ASSIGNMENT –
From the entries below, copy exactly the lines from the one that contains "f 659 434 1" through the one that contains "f 496 632 634", both included, and only those.

START DATA EXTRACT

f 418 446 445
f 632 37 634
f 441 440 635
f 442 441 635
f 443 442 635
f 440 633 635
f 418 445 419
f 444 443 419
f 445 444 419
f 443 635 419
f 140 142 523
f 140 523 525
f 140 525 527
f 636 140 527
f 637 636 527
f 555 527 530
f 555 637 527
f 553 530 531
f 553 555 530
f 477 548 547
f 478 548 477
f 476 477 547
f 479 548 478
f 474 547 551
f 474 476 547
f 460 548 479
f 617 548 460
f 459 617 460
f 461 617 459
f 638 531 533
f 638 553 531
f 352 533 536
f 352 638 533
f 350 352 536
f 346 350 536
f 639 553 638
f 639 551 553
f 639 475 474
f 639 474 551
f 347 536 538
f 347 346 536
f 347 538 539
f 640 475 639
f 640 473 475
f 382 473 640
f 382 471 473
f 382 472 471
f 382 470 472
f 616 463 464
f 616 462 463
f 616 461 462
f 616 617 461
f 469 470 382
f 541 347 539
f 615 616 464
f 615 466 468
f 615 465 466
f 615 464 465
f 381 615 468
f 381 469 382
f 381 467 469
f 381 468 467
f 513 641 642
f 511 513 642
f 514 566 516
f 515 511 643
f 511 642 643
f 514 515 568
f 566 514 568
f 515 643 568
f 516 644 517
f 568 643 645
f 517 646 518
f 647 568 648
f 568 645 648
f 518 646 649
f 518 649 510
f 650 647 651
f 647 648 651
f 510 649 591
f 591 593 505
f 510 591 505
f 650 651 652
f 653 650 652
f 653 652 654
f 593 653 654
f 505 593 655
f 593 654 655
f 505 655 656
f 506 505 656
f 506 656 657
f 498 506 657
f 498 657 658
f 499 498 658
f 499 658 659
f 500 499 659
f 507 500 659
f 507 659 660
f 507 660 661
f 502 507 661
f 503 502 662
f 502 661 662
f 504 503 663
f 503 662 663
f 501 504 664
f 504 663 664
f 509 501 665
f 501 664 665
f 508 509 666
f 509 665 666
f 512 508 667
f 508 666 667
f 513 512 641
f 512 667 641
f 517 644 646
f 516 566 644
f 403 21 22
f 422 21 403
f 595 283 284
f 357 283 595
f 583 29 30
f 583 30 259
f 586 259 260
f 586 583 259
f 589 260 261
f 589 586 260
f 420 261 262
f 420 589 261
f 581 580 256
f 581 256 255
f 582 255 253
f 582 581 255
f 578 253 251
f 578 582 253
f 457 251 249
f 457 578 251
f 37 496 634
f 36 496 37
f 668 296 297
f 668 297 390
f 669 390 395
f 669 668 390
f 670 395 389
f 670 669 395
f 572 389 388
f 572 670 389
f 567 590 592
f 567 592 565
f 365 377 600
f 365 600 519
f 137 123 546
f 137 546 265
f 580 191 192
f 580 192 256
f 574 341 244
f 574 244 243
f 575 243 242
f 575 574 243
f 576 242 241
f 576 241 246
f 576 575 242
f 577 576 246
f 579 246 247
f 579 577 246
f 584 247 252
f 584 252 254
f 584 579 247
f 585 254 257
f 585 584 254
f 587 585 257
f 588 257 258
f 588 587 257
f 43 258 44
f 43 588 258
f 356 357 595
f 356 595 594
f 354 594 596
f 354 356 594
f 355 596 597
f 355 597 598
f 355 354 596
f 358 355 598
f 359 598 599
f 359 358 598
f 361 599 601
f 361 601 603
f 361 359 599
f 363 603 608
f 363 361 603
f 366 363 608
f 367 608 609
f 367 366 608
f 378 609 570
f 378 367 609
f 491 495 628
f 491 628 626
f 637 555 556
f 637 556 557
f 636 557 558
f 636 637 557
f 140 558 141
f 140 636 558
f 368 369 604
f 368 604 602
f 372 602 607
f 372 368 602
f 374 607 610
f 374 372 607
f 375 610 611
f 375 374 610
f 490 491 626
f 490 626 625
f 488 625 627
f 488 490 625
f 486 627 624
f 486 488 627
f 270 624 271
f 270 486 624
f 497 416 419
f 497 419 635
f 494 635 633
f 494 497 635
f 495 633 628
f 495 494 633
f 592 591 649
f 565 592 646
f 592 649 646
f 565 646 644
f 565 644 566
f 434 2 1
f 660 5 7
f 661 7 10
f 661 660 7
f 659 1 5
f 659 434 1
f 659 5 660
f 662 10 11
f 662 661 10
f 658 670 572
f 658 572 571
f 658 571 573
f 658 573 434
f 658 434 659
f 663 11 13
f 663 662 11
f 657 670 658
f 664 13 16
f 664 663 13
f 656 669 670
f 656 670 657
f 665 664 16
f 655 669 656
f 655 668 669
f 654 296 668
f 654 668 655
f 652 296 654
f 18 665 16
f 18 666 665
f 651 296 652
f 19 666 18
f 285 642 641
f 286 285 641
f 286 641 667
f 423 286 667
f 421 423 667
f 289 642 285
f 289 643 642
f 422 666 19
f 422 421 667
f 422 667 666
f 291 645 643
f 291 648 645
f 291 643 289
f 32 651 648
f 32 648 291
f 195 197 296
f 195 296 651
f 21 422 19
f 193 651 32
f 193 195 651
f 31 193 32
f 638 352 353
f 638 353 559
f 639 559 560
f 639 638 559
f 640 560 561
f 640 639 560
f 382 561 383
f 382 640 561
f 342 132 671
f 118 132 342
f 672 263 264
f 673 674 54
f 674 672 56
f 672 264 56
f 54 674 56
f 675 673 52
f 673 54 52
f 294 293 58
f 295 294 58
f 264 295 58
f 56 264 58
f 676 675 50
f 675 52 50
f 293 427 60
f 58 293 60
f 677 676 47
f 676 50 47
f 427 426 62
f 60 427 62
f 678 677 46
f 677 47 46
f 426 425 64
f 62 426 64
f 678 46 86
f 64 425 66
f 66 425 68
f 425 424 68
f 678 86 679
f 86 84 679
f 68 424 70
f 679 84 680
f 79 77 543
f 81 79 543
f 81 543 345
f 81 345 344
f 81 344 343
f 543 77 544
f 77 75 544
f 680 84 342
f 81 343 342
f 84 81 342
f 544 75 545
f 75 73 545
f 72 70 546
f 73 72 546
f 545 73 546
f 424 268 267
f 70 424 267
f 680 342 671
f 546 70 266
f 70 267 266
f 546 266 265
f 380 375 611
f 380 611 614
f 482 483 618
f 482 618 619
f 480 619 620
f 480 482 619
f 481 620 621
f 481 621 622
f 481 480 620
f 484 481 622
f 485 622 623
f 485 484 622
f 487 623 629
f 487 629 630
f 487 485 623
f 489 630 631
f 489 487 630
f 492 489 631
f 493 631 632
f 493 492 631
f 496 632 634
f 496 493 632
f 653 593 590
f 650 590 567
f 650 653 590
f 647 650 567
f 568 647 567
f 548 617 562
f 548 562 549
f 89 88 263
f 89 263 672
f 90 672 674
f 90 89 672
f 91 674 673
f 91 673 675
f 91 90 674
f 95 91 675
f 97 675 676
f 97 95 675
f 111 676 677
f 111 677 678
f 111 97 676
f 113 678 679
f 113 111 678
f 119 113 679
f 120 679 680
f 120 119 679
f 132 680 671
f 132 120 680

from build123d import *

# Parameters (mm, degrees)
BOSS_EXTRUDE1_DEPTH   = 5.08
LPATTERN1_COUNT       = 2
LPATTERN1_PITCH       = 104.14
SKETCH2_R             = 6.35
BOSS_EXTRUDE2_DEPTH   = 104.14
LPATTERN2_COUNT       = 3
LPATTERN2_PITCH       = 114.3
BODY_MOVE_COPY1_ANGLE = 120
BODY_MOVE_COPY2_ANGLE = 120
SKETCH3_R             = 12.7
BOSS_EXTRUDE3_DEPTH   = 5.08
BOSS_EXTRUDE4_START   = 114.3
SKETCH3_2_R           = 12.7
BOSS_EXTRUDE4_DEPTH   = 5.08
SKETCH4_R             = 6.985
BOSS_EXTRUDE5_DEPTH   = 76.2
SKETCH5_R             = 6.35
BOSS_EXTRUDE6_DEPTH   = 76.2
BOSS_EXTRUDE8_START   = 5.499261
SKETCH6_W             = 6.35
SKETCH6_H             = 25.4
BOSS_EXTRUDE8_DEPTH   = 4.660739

END DATA EXTRACT

TASK RESPONSE –
f 659 434 1
f 659 5 660
f 662 10 11
f 662 661 10
f 658 670 572
f 658 572 571
f 658 571 573
f 658 573 434
f 658 434 659
f 663 11 13
f 663 662 11
f 657 670 658
f 664 13 16
f 664 663 13
f 656 669 670
f 656 670 657
f 665 664 16
f 655 669 656
f 655 668 669
f 654 296 668
f 654 668 655
f 652 296 654
f 18 665 16
f 18 666 665
f 651 296 652
f 19 666 18
f 285 642 641
f 286 285 641
f 286 641 667
f 423 286 667
f 421 423 667
f 289 642 285
f 289 643 642
f 422 666 19
f 422 421 667
f 422 667 666
f 291 645 643
f 291 648 645
f 291 643 289
f 32 651 648
f 32 648 291
f 195 197 296
f 195 296 651
f 21 422 19
f 193 651 32
f 193 195 651
f 31 193 32
f 638 352 353
f 638 353 559
f 639 559 560
f 639 638 559
f 640 560 561
f 640 639 560
f 382 561 383
f 382 640 561
f 342 132 671
f 118 132 342
f 672 263 264
f 673 674 54
f 674 672 56
f 672 264 56
f 54 674 56
f 675 673 52
f 673 54 52
f 294 293 58
f 295 294 58
f 264 295 58
f 56 264 58
f 676 675 50
f 675 52 50
f 293 427 60
f 58 293 60
f 677 676 47
f 676 50 47
f 427 426 62
f 60 427 62
f 678 677 46
f 677 47 46
f 426 425 64
f 62 426 64
f 678 46 86
f 64 425 66
f 66 425 68
f 425 424 68
f 678 86 679
f 86 84 679
f 68 424 70
f 679 84 680
f 79 77 543
f 81 79 543
f 81 543 345
f 81 345 344
f 81 344 343
f 543 77 544
f 77 75 544
f 680 84 342
f 81 343 342
f 84 81 342
f 544 75 545
f 75 73 545
f 72 70 546
f 73 72 546
f 545 73 546
f 424 268 267
f 70 424 267
f 680 342 671
f 546 70 266
f 70 267 266
f 546 266 265
f 380 375 611
f 380 611 614
f 482 483 618
f 482 618 619
f 480 619 620
f 480 482 619
f 481 620 621
f 481 621 622
f 481 480 620
f 484 481 622
f 485 622 623
f 485 484 622
f 487 623 629
f 487 629 630
f 487 485 623
f 489 630 631
f 489 487 630
f 492 489 631
f 493 631 632
f 493 492 631
f 496 632 634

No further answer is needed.